LiSu: A Dataset and Method for LiDAR Surface Normal Estimation
Dušan Malić, Christian Fruhwirth-Reisinger, Samuel Schulter, Horst Possegger
TL;DR
This work addresses the lack of large-scale LiDAR surface normal annotations by introducing LiSu, a CARLA-based synthetic dataset with ground-truth normals. It presents a one-shot LiDAR normal estimator built on Point Transformer V3, augmented with spatial and temporal Graph Total Variation regularizers and an Eikonal norm constraint to enforce coherence and unit-norm behavior. The approach achieves state-of-the-art results on LiSu, demonstrates strong synthetic-to-real transfer to Waymo data, and improves neural surface reconstruction when normals are incorporated. Overall, LiSu and the regularized training framework provide a scalable, deployment-friendly path for LiDAR-based surface normal estimation in autonomous driving contexts.
Abstract
While surface normals are widely used to analyse 3D scene geometry, surface normal estimation from LiDAR point clouds remains severely underexplored. This is caused by the lack of large-scale annotated datasets on the one hand, and lack of methods that can robustly handle the sparse and often noisy LiDAR data in a reasonable time on the other hand.

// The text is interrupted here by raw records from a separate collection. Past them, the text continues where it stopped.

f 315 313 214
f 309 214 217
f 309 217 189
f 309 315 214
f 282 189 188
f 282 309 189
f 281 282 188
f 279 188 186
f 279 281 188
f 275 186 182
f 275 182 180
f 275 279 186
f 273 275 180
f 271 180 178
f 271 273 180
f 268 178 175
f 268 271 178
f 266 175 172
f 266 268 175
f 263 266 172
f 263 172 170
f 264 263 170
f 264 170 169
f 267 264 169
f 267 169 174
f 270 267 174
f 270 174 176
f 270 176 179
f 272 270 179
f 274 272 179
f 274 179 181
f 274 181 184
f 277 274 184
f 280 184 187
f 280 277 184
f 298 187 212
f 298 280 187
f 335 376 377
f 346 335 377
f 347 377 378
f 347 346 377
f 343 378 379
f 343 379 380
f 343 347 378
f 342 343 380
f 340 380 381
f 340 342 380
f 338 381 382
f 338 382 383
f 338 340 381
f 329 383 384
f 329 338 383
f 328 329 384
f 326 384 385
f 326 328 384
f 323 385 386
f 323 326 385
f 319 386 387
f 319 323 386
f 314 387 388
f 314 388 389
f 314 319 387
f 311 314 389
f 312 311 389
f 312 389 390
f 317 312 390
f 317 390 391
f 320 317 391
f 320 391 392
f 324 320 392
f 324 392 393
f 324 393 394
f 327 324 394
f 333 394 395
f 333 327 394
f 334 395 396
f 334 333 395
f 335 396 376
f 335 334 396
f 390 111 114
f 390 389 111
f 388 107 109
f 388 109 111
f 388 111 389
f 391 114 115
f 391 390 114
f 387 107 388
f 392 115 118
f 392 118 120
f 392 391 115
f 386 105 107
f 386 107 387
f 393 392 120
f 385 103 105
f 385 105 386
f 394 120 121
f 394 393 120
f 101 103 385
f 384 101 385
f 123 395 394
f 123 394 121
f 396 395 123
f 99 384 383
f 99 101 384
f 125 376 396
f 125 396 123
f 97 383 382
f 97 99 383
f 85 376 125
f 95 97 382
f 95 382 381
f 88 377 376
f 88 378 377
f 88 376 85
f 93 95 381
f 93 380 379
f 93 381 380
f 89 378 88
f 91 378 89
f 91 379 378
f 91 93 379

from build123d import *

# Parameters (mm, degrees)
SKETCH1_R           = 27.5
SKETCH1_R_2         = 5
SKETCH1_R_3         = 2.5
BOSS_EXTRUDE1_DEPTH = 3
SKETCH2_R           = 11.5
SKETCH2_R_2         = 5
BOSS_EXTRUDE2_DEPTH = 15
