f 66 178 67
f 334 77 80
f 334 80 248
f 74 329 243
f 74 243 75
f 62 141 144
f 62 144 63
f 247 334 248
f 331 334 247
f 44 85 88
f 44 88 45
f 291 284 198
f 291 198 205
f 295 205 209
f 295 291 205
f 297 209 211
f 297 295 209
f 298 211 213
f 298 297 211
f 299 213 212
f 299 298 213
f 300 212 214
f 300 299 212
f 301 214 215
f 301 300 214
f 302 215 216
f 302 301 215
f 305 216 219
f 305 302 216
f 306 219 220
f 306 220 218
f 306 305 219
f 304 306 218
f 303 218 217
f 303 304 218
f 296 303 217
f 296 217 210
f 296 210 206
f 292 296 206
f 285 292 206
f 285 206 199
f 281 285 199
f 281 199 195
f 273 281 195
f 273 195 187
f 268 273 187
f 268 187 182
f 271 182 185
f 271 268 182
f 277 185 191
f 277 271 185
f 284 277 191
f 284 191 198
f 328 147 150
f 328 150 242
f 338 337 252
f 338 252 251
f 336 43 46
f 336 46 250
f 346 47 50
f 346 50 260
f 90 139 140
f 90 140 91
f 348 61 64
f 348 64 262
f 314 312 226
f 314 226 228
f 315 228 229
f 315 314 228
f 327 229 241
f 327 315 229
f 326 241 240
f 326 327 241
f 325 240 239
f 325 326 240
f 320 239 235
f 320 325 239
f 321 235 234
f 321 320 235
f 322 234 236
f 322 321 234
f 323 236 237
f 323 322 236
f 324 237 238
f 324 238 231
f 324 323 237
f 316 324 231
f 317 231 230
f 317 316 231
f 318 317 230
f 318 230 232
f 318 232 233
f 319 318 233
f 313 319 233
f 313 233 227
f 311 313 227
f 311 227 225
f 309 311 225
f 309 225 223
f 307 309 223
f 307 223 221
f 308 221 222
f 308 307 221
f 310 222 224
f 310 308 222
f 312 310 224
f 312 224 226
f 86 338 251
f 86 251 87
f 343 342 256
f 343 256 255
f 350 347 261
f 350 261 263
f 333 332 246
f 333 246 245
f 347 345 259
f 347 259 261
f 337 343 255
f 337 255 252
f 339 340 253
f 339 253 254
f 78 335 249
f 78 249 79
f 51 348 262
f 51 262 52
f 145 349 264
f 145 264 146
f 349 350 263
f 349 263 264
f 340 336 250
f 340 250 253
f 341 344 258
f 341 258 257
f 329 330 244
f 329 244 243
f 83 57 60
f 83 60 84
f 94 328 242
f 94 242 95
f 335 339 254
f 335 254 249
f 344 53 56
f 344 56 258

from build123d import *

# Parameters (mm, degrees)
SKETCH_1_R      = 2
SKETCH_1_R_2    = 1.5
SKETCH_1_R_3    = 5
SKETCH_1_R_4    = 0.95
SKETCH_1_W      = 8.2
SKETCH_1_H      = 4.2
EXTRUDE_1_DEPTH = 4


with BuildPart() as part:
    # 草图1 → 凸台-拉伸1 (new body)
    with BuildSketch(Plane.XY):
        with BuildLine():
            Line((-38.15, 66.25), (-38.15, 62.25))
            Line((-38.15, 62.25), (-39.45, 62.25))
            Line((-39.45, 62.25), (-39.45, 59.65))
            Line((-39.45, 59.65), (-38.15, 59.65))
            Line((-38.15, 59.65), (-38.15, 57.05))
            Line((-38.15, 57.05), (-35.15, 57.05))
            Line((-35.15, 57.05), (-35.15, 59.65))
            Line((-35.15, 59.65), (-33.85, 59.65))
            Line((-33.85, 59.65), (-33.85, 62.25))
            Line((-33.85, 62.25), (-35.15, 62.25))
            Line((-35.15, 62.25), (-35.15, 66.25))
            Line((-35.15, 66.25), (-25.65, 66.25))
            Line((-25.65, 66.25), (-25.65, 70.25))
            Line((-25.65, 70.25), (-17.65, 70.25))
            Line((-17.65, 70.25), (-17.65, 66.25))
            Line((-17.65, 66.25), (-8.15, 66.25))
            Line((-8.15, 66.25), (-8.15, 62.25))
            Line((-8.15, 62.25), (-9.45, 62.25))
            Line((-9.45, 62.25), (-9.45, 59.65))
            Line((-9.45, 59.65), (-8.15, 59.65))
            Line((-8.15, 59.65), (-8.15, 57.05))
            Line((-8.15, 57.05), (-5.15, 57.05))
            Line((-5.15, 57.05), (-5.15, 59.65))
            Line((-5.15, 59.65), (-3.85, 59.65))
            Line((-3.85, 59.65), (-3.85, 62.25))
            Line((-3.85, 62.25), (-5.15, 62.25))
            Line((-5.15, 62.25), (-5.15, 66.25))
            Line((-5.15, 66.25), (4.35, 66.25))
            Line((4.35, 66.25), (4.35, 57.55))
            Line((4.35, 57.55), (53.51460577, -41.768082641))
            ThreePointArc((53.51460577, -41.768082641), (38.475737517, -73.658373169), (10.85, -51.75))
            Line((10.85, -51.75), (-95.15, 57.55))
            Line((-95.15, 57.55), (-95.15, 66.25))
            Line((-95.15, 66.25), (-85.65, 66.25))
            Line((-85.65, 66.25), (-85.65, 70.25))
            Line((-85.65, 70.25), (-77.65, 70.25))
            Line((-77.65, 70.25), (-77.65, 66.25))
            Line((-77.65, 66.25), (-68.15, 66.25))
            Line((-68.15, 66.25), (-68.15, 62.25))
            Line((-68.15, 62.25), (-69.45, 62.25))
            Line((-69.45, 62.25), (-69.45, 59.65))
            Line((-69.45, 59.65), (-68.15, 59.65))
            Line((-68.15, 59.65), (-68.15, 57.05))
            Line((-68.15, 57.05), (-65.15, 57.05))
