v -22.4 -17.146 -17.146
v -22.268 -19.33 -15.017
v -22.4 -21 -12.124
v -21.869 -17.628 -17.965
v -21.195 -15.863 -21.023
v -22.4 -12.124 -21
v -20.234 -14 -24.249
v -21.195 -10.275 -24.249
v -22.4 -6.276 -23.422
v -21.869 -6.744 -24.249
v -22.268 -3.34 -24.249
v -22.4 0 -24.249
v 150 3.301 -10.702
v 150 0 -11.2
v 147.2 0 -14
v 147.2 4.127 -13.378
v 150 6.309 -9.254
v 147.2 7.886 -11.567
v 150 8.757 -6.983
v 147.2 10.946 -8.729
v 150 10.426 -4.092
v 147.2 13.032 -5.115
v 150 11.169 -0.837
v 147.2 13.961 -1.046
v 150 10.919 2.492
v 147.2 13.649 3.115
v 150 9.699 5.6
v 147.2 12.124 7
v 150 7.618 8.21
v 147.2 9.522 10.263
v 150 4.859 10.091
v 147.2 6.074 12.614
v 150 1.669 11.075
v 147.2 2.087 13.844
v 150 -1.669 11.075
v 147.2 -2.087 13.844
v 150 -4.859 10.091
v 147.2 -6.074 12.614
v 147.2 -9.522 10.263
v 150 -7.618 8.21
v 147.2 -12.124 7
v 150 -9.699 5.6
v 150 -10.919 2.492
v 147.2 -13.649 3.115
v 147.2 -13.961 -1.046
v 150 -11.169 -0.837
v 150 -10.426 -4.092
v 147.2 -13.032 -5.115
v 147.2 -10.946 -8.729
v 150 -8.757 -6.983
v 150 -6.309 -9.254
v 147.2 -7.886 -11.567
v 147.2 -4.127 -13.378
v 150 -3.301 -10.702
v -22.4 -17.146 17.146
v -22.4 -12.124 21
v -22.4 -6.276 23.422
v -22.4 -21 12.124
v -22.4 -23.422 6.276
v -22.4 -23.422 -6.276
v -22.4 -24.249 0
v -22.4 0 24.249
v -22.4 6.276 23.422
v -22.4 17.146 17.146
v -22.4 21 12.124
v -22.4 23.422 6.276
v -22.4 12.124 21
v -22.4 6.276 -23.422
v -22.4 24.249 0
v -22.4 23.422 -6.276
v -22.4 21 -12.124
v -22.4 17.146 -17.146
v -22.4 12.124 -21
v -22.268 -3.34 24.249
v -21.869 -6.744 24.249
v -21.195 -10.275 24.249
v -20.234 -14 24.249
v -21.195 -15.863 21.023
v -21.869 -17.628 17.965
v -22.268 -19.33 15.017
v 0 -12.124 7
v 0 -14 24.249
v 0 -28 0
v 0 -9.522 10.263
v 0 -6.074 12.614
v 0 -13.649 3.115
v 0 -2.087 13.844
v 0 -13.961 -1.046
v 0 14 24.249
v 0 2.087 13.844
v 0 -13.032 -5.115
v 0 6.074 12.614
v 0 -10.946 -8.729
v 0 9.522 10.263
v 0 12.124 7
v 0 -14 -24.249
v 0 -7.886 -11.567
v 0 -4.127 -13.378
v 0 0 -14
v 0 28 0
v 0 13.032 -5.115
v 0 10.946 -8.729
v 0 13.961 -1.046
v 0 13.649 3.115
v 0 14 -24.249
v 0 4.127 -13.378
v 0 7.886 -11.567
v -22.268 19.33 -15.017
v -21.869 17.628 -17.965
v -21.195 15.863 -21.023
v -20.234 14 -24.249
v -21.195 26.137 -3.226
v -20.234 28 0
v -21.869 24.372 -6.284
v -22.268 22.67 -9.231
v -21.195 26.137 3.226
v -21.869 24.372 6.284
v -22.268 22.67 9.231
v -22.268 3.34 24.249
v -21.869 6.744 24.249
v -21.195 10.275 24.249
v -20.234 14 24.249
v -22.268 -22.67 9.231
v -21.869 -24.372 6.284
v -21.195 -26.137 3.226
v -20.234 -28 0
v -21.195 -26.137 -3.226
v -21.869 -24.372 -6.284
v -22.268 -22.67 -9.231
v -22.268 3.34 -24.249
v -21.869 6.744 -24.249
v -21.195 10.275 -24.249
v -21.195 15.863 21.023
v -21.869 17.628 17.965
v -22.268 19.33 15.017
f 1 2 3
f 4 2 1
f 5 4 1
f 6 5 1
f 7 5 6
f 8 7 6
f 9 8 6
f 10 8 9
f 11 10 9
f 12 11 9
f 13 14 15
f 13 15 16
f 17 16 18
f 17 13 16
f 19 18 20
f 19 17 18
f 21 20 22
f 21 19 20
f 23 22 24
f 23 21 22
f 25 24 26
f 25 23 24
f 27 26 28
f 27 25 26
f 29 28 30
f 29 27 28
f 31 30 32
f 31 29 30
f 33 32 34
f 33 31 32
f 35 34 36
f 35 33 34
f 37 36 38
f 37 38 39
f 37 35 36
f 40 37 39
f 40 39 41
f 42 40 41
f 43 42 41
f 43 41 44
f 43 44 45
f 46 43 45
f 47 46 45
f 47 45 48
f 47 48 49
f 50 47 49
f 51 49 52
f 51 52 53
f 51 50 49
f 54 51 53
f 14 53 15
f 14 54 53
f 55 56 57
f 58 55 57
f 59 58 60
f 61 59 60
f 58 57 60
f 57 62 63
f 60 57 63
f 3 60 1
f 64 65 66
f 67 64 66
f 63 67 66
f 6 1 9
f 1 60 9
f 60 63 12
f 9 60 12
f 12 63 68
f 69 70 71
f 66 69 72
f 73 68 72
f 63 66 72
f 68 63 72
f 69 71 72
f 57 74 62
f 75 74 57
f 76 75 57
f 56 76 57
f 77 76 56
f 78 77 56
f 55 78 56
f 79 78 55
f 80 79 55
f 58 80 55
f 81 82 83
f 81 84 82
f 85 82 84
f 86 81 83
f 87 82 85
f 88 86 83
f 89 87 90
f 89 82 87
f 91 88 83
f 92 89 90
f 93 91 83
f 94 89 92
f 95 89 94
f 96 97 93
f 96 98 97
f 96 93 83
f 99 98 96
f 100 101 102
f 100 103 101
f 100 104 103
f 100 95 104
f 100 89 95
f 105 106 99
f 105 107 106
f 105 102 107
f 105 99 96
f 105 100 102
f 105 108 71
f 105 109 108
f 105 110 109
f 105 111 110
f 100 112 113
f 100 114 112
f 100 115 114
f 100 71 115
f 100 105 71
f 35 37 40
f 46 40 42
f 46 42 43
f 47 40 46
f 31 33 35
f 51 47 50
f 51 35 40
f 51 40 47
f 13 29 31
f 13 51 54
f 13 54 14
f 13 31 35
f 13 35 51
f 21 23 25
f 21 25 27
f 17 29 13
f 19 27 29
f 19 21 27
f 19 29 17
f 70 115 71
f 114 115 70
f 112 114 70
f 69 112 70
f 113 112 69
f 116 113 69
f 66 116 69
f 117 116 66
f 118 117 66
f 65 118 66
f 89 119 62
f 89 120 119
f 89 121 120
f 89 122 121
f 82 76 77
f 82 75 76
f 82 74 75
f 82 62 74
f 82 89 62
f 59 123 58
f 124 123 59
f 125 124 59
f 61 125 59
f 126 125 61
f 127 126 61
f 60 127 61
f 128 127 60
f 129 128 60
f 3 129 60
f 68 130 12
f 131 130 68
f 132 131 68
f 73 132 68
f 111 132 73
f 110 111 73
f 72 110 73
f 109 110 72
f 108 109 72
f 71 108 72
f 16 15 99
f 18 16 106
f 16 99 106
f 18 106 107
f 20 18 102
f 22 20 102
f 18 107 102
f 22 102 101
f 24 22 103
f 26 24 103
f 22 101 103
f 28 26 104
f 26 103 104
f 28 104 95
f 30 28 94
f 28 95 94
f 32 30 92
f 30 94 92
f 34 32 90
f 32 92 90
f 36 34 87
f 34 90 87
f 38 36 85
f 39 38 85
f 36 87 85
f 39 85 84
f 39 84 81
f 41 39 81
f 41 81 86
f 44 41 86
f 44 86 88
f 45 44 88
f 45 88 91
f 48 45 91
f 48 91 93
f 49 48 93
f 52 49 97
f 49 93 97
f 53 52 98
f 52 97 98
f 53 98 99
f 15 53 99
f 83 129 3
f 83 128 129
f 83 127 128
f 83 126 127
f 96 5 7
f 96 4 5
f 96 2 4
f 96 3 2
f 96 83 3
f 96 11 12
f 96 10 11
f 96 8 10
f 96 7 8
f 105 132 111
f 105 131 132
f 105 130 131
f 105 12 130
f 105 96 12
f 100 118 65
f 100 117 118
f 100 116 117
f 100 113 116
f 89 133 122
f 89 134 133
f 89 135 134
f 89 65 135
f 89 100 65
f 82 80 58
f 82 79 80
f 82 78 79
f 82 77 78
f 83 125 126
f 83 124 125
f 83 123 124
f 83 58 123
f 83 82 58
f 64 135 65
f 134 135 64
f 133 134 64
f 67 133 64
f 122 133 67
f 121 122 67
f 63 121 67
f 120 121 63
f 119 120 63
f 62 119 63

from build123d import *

# Parameters (mm, degrees)
BOSS_EXTRUDE1_DEPTH = 22.4
SKETCH2_R           = 14
BOSS_EXTRUDE2_DEPTH = 150
CHAMFER1_SIZE       = 2.8
SKETCH3_OUTSIDE_W   = 607.642
SKETCH3_OUTSIDE_H   = 615.144
SKETCH3_OUTSIDE_R   = 24.248711306
CUT_EXTRUDE1_DEPTH  = 150
CUT_EXTRUDE1_TAPER  = 60


with BuildPart() as part:
    # Sketch1 → Boss-Extrude1 (new body)
    with BuildSketch(Plane(origin=(0, 0, 0), x_dir=(0, 0, -1), z_dir=(1, 0, 0))):
        Polygon((0, 28), (-24.248711306, 14), (-24.248711306, -14), (0, -28), (24.248711306, -14), (24.248711306, 14), align=None)
    extrude(amount=-BOSS_EXTRUDE1_DEPTH)

    # Sketch2 → Boss-Extrude2 (add)
    with BuildSketch(Plane(origin=(0, 0, 0), x_dir=(0, 0, -1), z_dir=(1, 0, 0))):
        Circle(SKETCH2_R)
    extrude(amount=BOSS_EXTRUDE2_DEPTH)

    # Chamfer1
    chamfer1_edges = [part.edges().sort_by_distance(p)[0] for p in [
        (150, 0, 14),
    ]]
    chamfer(chamfer1_edges, length=CHAMFER1_SIZE)

    # Sketch3 outside → Cut-Extrude1 (cut)
    with BuildSketch(Plane.ZY.offset(22.4)):
        Rectangle(SKETCH3_OUTSIDE_W, SKETCH3_OUTSIDE_H)
        Circle(SKETCH3_OUTSIDE_R, mode=Mode.SUBTRACT)
    extrude(amount=-CUT_EXTRUDE1_DEPTH, taper=CUT_EXTRUDE1_TAPER, mode=Mode.SUBTRACT)


solid = part.part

We address these limitations using a traffic simulation engine and present LiSu, the first large-scale, synthetic LiDAR point cloud dataset with ground truth surface normal annotations, eliminating the need for tedious manual labeling. Additionally, we propose a novel method that exploits the spatiotemporal characteristics of autonomous driving data to enhance surface normal estimation accuracy. By incorporating two regularization terms, we enforce spatial consistency among neighboring points and temporal smoothness across consecutive LiDAR frames. These regularizers are particularly effective in self-training settings, where they mitigate the impact of noisy pseudo-labels, enabling robust real-world deployment. We demonstrate the effectiveness of our method on LiSu, achieving state-of-the-art performance in LiDAR surface normal estimation. Moreover, we showcase its full potential in addressing the challenging task of synthetic-to-real domain adaptation, leading to improved neural surface reconstruction on real-world data.